▶ Work to be completed:
Transcribe only part of the material below: the lines from the one containing "#61=LINE('',#60,#50);" through the one containing "#76=LINE('',#75,#50);", inclusive, exactly as written.
*****
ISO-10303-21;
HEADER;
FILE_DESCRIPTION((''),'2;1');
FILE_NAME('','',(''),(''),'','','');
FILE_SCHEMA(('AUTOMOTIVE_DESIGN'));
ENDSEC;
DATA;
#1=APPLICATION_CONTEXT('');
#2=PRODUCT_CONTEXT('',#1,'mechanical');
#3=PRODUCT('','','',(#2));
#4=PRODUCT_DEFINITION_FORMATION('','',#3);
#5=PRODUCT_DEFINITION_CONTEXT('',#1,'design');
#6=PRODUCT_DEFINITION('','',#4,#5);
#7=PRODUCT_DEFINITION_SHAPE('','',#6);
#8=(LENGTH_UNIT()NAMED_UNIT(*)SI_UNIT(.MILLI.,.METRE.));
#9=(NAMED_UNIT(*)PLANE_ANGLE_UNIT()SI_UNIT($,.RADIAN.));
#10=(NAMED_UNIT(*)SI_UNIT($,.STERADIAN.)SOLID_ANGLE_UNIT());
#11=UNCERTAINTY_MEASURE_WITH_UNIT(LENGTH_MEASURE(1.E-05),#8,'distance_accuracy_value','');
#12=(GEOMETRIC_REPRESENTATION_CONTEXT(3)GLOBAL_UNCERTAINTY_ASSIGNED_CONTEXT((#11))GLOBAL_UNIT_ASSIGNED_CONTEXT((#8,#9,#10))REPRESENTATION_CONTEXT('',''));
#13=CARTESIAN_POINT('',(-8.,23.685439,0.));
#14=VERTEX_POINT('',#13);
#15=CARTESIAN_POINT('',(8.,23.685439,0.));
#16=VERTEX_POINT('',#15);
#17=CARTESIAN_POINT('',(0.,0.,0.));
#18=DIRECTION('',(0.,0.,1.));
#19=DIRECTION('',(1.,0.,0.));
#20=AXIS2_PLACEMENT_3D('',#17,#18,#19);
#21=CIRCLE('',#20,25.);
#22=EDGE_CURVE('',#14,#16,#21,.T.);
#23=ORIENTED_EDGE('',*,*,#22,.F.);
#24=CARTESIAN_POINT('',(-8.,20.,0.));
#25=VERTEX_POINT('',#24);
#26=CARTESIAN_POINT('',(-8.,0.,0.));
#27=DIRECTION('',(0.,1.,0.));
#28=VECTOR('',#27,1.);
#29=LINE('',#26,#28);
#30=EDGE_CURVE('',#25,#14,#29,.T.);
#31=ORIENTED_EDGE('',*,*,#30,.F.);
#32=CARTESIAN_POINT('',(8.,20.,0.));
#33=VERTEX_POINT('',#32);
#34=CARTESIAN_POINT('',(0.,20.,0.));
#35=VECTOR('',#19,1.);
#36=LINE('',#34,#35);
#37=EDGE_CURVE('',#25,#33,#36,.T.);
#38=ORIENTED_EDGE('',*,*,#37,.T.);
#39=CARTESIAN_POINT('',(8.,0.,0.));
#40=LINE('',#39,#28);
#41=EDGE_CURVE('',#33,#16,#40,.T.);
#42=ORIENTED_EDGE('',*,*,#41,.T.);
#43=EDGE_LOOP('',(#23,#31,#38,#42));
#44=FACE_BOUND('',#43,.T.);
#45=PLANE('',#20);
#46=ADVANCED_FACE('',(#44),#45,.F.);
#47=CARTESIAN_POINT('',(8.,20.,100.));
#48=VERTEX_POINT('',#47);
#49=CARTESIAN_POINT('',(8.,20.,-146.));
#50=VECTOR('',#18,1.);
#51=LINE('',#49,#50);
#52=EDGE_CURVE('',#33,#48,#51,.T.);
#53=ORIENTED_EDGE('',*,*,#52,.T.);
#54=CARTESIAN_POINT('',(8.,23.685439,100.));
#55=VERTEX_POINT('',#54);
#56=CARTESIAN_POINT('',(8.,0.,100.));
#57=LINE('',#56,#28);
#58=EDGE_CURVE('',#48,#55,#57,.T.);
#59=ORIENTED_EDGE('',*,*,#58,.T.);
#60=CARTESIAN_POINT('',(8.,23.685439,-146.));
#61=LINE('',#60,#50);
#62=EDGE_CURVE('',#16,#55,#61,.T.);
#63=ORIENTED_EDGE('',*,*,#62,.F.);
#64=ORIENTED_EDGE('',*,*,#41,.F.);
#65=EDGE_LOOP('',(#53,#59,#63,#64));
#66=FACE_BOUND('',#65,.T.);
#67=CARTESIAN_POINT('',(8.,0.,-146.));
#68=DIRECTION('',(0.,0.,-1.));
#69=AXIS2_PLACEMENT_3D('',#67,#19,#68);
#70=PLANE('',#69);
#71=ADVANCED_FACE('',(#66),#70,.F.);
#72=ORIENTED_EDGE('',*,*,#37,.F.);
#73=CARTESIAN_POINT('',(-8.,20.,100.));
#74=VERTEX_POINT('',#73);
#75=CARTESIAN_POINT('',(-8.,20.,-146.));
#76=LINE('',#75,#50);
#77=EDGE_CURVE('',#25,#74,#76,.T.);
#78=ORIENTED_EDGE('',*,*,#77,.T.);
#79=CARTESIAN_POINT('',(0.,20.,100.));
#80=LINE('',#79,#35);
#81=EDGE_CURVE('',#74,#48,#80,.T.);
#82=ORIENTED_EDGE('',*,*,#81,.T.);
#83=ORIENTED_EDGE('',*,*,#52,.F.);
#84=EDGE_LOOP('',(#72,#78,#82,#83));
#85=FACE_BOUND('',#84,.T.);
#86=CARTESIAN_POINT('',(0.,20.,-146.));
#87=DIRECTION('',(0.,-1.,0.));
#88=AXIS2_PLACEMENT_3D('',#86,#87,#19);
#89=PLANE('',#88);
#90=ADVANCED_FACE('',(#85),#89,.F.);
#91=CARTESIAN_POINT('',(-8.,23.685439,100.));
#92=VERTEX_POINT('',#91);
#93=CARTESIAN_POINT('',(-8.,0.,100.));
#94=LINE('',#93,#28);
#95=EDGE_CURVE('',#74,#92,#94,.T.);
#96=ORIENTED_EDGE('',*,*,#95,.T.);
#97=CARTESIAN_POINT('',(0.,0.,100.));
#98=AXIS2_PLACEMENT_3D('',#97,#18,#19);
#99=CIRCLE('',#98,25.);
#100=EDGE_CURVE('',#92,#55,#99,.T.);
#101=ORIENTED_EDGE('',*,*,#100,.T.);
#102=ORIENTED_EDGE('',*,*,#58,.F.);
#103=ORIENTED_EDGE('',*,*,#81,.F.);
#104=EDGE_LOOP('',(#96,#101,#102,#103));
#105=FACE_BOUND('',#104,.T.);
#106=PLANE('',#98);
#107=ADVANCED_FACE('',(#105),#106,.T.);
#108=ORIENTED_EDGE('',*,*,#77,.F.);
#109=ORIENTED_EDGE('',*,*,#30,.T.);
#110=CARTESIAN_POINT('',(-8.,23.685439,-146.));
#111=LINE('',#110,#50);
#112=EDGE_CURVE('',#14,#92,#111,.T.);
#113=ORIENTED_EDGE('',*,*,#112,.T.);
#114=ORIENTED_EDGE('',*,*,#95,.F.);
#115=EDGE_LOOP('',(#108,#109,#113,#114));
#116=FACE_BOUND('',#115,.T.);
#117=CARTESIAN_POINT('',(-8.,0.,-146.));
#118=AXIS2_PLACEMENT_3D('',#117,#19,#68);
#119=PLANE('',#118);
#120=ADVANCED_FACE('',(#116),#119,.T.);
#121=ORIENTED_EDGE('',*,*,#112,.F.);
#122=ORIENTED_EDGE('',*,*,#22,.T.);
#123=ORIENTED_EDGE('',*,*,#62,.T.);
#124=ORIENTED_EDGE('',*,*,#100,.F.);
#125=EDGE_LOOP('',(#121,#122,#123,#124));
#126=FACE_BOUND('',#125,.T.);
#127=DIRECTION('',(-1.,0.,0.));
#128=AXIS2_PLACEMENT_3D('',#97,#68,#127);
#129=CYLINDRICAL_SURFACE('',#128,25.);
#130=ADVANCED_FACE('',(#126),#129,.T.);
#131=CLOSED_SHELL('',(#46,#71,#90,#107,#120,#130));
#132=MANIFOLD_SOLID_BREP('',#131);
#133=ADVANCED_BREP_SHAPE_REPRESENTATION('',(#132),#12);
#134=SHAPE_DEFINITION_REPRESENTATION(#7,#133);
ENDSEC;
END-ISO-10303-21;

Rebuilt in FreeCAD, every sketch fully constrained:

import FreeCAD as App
import Part
import Sketcher
from FreeCAD import Vector


def add_polygon(sketch, points):
    """Adds a closed chain of lines whose ends are joined by coincident constraints."""
    first, n = sketch.GeometryCount, len(points)
    for a, b in zip(points, points[1:] + points[:1]):
        sketch.addGeometry(Part.LineSegment(App.Vector(*a, 0), App.Vector(*b, 0)), False)
    for i in range(n):
        sketch.addConstraint(Sketcher.Constraint("Coincident", first + i, 2, first + (i + 1) % n, 1))

doc = App.newDocument("Part")
body = doc.addObject("PartDesign::Body", "Body")

# Sketch on XY plane
sketch1 = body.newObject("Sketcher::SketchObject", "Sketch")
sketch1.AttachmentSupport = (doc.getObject("XY_Plane"), [""])
sketch1.MapMode = "FlatFace"
sketch1.addGeometry(Part.Circle(Vector(0, 0, 0), Vector(0, 0, 1), 25), False)
sketch1.addConstraint([
    Sketcher.Constraint("Coincident", 0, 3, -1, 1),
    Sketcher.Constraint("Diameter", 0, 50.0),
])
pad1 = body.newObject("PartDesign::Pad", "Pad")
pad1.Profile = sketch1
pad1.Length = 100

# Sketch on XY plane
sketch2 = body.newObject("Sketcher::SketchObject", "Sketch001")
sketch2.AttachmentSupport = (doc.getObject("XY_Plane"), [""])
sketch2.MapMode = "FlatFace"
sketch2.AttachmentOffset = App.Placement(Vector(0, 0, 100), App.Rotation())
add_polygon(sketch2, [(-8, 20), (8, 20), (8, 406.578892), (-8, 406.578892)])  # lines 0-3
sketch2.addConstraint([
    Sketcher.Constraint("Horizontal", 0),
    Sketcher.Constraint("Vertical", 1),
    Sketcher.Constraint("Horizontal", 2),
    Sketcher.Constraint("Vertical", 3),
    Sketcher.Constraint("DistanceX", 0, 1, 0, 2, 16.0),
    Sketcher.Constraint("DistanceX", -1, 1, 0, 2, 8.0),
    Sketcher.Constraint("DistanceY", -1, 1, 0, 2, 20.0),
    Sketcher.Constraint("DistanceY", 1, 1, 1, 2, 386.578892),
])
pocket1 = body.newObject("PartDesign::Pocket", "Pocket")
pocket1.Profile = sketch2
pocket1.Length = 246

doc.recompute()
*****
▶ The answer:
#61=LINE('',#60,#50);
#62=EDGE_CURVE('',#16,#55,#61,.T.);
#63=ORIENTED_EDGE('',*,*,#62,.F.);
#64=ORIENTED_EDGE('',*,*,#41,.F.);
#65=EDGE_LOOP('',(#53,#59,#63,#64));
#66=FACE_BOUND('',#65,.T.);
#67=CARTESIAN_POINT('',(8.,0.,-146.));
#68=DIRECTION('',(0.,0.,-1.));
#69=AXIS2_PLACEMENT_3D('',#67,#19,#68);
#70=PLANE('',#69);
#71=ADVANCED_FACE('',(#66),#70,.F.);
#72=ORIENTED_EDGE('',*,*,#37,.F.);
#73=CARTESIAN_POINT('',(-8.,20.,100.));
#74=VERTEX_POINT('',#73);
#75=CARTESIAN_POINT('',(-8.,20.,-146.));
#76=LINE('',#75,#50);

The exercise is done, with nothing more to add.